In this process, ions from the outer side are picked up by lecithin to produce a lecithin-ion complex which moves inside and releases ions on hydrolysis of the complex in a cyclic manner.
Donnan’s Equilibrium
According to this theory, there are certain free existing ions inside the cell which cannot be diffused outside through the membrane. Such ions are called in-diffusible ions or fixed ions. But the membrane is permeable to both anions and cations present outside.
Suppose there are certain fixed anions in the cell which are in contact with the outer solution containing anions and cations, normally equal in number, will be diffused into the cell to balance each other.

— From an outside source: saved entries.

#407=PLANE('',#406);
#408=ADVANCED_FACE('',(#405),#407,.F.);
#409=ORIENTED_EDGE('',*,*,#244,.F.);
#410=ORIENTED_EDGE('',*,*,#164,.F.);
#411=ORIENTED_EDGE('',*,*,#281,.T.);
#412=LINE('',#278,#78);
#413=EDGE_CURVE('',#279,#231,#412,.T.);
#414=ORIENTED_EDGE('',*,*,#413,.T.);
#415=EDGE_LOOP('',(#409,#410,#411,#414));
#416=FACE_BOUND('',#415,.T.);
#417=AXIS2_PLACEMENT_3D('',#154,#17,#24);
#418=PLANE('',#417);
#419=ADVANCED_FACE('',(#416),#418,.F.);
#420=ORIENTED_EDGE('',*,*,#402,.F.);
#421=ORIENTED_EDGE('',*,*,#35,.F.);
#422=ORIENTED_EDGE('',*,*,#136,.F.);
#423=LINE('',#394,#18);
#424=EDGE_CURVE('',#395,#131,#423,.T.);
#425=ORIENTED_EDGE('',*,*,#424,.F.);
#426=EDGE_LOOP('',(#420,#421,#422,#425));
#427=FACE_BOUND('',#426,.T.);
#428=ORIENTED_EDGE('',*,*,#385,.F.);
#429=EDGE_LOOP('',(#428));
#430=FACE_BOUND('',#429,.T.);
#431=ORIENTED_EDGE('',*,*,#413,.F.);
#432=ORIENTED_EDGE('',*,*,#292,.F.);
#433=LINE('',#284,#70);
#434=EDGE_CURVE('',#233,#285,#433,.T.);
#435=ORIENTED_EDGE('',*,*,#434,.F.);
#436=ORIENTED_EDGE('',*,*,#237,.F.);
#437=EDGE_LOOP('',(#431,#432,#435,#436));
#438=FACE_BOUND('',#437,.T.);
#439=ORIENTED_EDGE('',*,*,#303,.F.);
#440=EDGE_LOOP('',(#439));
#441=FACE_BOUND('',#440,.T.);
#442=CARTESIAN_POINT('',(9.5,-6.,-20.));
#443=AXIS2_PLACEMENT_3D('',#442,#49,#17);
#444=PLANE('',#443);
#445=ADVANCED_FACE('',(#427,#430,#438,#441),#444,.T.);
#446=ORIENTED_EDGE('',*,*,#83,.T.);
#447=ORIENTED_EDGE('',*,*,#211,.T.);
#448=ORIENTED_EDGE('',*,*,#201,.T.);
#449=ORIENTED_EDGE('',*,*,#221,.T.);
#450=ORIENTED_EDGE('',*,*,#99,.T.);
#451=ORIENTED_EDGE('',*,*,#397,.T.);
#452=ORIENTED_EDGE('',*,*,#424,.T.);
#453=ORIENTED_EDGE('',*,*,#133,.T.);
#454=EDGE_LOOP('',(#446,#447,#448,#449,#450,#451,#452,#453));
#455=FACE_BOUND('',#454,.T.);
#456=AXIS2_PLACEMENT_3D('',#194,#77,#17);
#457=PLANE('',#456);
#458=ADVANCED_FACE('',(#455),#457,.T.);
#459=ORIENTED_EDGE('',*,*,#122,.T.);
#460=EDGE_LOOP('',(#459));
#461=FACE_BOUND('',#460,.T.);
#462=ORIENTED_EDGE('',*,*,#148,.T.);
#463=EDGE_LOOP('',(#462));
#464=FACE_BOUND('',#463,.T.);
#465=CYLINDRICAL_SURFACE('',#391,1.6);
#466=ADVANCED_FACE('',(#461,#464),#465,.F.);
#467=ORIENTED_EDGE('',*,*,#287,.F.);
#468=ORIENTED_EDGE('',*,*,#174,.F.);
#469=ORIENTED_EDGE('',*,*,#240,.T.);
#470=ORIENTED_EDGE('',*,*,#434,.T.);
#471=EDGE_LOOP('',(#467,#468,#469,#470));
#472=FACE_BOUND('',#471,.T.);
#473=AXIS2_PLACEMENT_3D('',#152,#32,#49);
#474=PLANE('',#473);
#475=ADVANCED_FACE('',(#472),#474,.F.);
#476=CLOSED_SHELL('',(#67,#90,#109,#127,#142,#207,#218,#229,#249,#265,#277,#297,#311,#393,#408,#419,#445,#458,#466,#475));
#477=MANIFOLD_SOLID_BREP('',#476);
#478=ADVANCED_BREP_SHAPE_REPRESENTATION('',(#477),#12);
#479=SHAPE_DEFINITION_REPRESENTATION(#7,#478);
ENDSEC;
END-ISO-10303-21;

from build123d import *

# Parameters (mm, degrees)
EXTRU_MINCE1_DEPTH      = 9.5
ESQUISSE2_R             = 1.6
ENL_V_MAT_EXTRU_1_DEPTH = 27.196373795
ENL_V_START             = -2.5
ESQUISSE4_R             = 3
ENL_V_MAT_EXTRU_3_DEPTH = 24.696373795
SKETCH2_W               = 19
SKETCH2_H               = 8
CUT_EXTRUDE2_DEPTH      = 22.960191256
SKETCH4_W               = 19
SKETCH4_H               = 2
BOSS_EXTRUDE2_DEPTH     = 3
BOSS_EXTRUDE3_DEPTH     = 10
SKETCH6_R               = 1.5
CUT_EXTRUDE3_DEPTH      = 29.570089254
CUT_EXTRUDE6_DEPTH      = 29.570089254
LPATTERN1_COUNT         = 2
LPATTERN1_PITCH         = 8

But to balance the fixed anions, more cations will diffuse into the cell to have an accumulation of cations in the cell. This equilibrium is called Donnan’s Equilibrium. However, if there are fixed cations in the cell, Donnan’s Equilibrium will result in the accumulation of anions inside.
Donnan showed that the product of the concentration of any pair of oppositely charged diffusible anions and cations on one side of a membrane is equal to the product of the concentration of the same ion on the other side of the membrane.
Suppose there is on one side of a membrane, the unit volume of NaCl solution with both ions the membrane is permeable to and on the other side the same volume of solution of another sodium salt to the anion of which the membrane is impermeable.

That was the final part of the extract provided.